The strengths of this study are: the use of the standardized and reliable psychosocial stress test (TSST), the control of confounding factors of eating behavior (e.g., stress, appetite, and fasting state), inclusion of cortisol concentration measurements (e.g., circadian rhythm, baseline, and stress-induced), and two clearly separated groups according to ICD-10 into healthy weight controls (BMI ≤ 25 kg/m²) and people with obesity (BMI ≥ 30 kg/m²), with gender and age matching. The main limitation of this experimental study is the small sample size of N = 72, with only 36 people with obesity and 36 people with healthy weight, resulting in 18 participants in the HCR and the LCR in the two groups each. A factorial design with multivariate comparison (ANOVA) of the two conditions (resting and stress) and the four groups (healthy weight, obese, high/low reactors) would be more appropriate, but the sample size is too small to detect a two-way interaction. Despite the small sample size which, according to Robinson et al.50, is a problem in laboratory studies regarding eating behavior, significant effects were observed in our study. With regard to the food choice of one sweet and one non-sweet type of food, one might speculate that the food served have had an influence on the results of the food intake6,51. Another limitation is the non-assessment of other influential hormones with regard to the complex interplay of physiological mechanisms, resulting in stress-induced eating51. Finally, in order to standardize the circadian rhythm of the cortisol, study participants were investigated between 2:00 p.m. and 4:00 p.m., which is in the most middle European countries the time between the two meals lunch and tea time. It must considered, that this fact could influenced the results of the food intake.

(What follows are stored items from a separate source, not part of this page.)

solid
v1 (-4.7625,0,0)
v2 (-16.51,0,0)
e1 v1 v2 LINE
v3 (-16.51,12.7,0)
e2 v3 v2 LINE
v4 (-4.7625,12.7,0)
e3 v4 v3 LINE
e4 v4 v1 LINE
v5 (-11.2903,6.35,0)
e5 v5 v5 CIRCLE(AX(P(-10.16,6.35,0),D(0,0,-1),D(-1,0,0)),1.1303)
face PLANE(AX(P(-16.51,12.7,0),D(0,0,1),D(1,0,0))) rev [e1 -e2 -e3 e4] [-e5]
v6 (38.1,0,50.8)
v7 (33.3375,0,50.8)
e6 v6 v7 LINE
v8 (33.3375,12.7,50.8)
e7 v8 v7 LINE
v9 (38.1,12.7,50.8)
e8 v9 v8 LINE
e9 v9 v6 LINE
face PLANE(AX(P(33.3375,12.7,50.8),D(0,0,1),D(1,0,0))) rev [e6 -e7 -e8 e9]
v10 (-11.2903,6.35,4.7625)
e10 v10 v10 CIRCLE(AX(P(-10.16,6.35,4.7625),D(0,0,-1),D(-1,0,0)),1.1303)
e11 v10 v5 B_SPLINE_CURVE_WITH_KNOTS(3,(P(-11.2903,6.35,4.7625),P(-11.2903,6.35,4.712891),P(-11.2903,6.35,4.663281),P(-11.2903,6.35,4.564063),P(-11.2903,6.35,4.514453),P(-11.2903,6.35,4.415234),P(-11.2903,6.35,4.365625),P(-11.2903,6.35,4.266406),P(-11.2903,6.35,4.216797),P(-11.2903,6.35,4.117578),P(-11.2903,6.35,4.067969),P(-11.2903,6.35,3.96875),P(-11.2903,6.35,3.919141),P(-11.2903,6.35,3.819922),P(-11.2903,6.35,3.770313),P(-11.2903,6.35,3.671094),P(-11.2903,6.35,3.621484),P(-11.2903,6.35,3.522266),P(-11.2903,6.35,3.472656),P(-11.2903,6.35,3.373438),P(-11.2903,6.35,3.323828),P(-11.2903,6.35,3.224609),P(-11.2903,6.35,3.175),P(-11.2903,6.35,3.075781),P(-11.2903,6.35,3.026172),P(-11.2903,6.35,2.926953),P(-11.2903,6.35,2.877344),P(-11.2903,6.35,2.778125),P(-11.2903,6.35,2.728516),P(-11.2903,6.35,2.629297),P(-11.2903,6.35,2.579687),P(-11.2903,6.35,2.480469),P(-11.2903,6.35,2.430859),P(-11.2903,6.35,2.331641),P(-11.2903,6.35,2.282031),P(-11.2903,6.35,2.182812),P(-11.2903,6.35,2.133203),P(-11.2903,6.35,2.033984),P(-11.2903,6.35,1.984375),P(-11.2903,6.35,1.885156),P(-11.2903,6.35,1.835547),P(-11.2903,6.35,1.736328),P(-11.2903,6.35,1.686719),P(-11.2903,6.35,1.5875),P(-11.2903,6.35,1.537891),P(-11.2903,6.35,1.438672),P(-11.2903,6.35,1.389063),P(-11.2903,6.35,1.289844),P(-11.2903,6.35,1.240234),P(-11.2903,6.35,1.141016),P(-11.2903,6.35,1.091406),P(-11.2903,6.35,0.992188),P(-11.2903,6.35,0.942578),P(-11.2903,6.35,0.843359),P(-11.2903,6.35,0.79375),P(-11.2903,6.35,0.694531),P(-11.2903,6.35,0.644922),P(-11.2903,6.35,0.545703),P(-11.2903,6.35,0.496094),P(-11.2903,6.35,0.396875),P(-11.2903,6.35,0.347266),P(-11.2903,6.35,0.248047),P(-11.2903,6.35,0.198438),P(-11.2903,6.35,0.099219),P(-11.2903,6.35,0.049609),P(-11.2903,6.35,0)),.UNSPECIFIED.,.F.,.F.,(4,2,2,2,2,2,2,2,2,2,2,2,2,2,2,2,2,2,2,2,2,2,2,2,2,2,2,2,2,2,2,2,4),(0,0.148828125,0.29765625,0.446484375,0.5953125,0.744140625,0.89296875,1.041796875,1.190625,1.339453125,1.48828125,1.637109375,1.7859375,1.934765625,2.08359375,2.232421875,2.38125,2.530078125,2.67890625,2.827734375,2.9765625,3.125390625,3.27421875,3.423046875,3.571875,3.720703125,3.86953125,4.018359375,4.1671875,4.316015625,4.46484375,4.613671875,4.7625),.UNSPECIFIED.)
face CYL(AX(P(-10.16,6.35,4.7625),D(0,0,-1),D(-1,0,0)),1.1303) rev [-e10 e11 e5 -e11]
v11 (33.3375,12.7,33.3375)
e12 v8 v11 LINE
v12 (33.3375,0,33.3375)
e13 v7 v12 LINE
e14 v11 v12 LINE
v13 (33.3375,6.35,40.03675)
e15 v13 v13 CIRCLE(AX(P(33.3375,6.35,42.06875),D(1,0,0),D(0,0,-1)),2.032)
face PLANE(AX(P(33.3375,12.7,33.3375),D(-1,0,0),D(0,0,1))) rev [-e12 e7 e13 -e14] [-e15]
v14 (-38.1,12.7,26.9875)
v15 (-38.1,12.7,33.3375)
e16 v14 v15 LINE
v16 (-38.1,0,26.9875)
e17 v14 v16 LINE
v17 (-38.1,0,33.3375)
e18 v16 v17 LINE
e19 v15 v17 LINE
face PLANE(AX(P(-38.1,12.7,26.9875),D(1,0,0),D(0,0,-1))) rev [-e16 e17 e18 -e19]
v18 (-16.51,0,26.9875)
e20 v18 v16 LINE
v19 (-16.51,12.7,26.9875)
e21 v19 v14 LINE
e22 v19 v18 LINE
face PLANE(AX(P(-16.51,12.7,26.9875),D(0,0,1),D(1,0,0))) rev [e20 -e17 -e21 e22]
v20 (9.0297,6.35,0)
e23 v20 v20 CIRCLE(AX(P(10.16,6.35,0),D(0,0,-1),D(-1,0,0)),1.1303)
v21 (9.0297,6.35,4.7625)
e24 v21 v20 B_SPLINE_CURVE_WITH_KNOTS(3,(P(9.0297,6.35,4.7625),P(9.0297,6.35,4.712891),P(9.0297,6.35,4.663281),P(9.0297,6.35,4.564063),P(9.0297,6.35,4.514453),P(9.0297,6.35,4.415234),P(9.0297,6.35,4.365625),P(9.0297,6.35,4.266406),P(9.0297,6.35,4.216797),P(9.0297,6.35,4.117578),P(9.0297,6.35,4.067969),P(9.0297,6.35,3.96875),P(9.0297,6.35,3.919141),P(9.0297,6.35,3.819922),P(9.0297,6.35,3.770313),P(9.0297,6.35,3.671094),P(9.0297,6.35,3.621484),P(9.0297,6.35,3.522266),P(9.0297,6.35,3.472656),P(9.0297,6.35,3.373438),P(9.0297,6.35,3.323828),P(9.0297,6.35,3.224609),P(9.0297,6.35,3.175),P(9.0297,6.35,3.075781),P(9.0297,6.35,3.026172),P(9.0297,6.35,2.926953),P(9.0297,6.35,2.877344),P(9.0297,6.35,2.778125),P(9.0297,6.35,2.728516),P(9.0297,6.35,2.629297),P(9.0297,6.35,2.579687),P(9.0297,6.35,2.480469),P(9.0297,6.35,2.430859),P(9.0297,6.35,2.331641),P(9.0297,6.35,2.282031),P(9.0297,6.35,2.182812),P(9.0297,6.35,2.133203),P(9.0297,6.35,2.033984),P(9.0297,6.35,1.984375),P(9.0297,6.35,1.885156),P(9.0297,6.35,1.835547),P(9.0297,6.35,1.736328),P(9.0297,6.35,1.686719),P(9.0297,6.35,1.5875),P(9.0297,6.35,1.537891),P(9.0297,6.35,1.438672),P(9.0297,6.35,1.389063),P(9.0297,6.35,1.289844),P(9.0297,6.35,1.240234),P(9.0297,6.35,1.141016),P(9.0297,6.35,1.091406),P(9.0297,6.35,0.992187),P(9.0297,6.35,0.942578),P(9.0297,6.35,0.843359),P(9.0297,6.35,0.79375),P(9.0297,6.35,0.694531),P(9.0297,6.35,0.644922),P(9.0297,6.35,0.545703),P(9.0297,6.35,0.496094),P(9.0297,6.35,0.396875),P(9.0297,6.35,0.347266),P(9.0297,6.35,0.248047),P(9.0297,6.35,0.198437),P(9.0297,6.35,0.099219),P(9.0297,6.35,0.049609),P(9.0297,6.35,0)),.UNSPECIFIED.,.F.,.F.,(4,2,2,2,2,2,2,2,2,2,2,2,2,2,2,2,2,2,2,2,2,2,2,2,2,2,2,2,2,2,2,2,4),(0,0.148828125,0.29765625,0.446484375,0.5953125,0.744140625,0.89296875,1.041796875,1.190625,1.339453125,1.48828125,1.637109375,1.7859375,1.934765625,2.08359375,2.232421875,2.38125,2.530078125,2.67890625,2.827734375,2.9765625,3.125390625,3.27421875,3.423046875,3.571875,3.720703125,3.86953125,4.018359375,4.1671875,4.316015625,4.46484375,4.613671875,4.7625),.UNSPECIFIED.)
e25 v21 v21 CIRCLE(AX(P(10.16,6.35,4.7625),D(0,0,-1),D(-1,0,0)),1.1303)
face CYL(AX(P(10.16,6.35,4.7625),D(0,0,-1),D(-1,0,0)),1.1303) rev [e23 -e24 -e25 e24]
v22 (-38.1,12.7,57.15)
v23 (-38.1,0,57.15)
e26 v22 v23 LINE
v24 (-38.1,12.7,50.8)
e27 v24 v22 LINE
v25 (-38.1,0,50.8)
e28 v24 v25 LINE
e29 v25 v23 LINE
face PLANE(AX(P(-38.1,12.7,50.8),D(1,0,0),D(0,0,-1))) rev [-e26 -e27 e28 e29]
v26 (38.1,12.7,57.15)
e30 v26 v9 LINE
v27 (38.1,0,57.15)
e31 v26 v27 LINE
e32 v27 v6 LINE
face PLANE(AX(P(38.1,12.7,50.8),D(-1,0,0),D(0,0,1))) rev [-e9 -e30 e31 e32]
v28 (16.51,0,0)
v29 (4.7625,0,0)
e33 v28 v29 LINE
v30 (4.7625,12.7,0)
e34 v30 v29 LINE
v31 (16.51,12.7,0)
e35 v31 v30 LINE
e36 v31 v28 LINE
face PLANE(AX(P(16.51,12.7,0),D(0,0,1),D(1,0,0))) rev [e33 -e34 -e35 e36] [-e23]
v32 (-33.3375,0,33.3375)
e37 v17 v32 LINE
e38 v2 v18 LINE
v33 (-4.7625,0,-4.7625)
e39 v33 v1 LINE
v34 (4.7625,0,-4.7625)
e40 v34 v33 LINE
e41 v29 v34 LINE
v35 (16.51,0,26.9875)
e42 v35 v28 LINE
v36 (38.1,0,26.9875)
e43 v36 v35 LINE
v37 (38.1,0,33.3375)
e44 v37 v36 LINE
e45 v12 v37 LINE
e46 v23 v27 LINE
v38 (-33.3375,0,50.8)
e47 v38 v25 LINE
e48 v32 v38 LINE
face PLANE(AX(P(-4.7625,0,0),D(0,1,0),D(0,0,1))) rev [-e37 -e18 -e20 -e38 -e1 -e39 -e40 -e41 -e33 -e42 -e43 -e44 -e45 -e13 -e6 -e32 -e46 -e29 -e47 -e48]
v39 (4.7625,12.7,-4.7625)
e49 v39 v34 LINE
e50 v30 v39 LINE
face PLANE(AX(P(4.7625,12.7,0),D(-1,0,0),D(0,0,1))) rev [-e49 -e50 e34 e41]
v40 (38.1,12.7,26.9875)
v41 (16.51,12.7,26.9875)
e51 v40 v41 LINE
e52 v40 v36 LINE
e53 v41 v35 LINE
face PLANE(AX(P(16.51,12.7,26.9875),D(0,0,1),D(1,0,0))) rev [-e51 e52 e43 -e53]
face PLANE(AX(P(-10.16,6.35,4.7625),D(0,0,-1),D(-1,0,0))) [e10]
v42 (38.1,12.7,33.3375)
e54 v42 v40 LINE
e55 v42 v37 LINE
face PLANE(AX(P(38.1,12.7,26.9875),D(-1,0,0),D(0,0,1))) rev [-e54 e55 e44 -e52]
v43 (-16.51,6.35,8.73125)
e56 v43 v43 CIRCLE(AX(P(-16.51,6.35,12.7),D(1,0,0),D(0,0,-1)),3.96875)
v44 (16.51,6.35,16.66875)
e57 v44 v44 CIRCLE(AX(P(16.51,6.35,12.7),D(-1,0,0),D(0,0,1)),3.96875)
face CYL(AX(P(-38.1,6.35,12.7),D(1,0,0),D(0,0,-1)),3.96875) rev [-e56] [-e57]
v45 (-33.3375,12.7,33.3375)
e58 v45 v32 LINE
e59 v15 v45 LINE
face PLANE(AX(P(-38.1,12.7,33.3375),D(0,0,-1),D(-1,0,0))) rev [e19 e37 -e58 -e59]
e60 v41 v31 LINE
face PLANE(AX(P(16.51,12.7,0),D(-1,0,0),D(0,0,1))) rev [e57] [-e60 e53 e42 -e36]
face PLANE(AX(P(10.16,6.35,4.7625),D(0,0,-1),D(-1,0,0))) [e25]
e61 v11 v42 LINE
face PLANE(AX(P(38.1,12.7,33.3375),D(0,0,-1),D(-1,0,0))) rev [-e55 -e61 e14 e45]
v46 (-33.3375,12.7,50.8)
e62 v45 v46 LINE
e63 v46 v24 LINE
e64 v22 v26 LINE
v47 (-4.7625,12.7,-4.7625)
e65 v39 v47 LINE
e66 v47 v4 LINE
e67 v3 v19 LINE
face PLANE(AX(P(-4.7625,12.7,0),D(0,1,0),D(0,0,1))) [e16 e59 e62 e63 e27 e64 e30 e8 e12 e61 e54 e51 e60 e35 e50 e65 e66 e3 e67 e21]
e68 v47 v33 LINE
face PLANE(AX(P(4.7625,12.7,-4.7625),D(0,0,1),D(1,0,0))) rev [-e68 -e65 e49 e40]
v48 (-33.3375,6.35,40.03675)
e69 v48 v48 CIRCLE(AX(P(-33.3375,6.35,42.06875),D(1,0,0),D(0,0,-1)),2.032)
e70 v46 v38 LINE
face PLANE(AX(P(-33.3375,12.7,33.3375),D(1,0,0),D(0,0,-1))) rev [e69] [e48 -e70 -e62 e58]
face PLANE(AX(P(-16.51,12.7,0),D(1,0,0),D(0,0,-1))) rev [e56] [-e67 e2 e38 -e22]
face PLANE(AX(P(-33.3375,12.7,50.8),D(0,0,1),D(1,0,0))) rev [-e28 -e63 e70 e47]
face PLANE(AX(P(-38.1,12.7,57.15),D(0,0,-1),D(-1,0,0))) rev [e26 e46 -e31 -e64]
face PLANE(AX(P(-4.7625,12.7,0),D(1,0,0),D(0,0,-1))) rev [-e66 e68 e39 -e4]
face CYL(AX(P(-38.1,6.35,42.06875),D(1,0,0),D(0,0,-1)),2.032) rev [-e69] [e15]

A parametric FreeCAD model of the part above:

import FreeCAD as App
import Part
import Sketcher
Q = App.Units.Quantity


def add_polygon(sketch, points):
    """Adds a closed chain of lines whose ends are joined by coincident constraints."""
    first, n = sketch.GeometryCount, len(points)
    for a, b in zip(points, points[1:] + points[:1]):
        sketch.addGeometry(Part.LineSegment(App.Vector(*a, 0), App.Vector(*b, 0)), False)
    for i in range(n):
        sketch.addConstraint(Sketcher.Constraint("Coincident", first + i, 2, first + (i + 1) % n, 1))

doc = App.newDocument("Part")
body = doc.addObject("PartDesign::Body", "Body")

sketch1 = body.newObject("Sketcher::SketchObject", "Sketch")
sketch1.AttachmentSupport = (doc.getObject("XZ_Plane"), [""])
sketch1.MapMode = "FlatFace"
add_polygon(sketch1, [(16.5, 0), (4.8, 0), (4.8, -4.8), (-4.8, -4.8), (-4.8, 0), (-16.5, 0), (-16.5, 27), (-38.1, 27), (-38.1, 33.3), (-33.3, 33.3), (-33.3, 50.8), (-38.1, 50.8), (-38.1, 57.1), (38.1, 57.1), (38.1, 50.8), (33.3, 50.8), (33.3, 33.3), (38.1, 33.3), (38.1, 27), (16.5, 27)])
sketch1.addConstraint(Sketcher.Constraint("Horizontal", 0))
sketch1.addConstraint(Sketcher.Constraint("Vertical", 1))
sketch1.addConstraint(Sketcher.Constraint("Horizontal", 2))
sketch1.addConstraint(Sketcher.Constraint("Vertical", 3))
sketch1.addConstraint(Sketcher.Constraint("Horizontal", 4))
sketch1.addConstraint(Sketcher.Constraint("Vertical", 5))
sketch1.addConstraint(Sketcher.Constraint("Horizontal", 6))
sketch1.addConstraint(Sketcher.Constraint("Vertical", 7))
sketch1.addConstraint(Sketcher.Constraint("Horizontal", 8))
sketch1.addConstraint(Sketcher.Constraint("Vertical", 9))
sketch1.addConstraint(Sketcher.Constraint("Horizontal", 10))
sketch1.addConstraint(Sketcher.Constraint("Vertical", 11))
sketch1.addConstraint(Sketcher.Constraint("Horizontal", 12))
sketch1.addConstraint(Sketcher.Constraint("Vertical", 13))
sketch1.addConstraint(Sketcher.Constraint("Horizontal", 14))
sketch1.addConstraint(Sketcher.Constraint("Vertical", 15))
sketch1.addConstraint(Sketcher.Constraint("Horizontal", 16))
sketch1.addConstraint(Sketcher.Constraint("Vertical", 17))
sketch1.addConstraint(Sketcher.Constraint("Horizontal", 18))
sketch1.addConstraint(Sketcher.Constraint("Vertical", 19))
sketch1.addConstraint(Sketcher.Constraint("Symmetric", 0, 2, 3, 2, -1, 1))
sketch1.addConstraint(Sketcher.Constraint("Symmetric", 10, 2, 13, 2, -2))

The present data suggest that high cortisol stress reactivity might be a marker of vulnerability to stress-induced eating in obesity. In view of the increased prevalence of obesity and the impact of crucial irregular eating patterns, it is highly necessary to understand the role of cortisol in regulating appetite-related hormones and as to how alterations of the HPA axis are a dependent variable of stress-induced overeating. Furthermore, the results of this study indicate that improvement of the strategy of cognitive reappraisal might be an important factor in counteracting unhelpful stress-induced eating patterns and their effects on physiological and psychological pathways in people with obesity. Future research should concentrate on how treatments can effectively reduce stress-induced eating.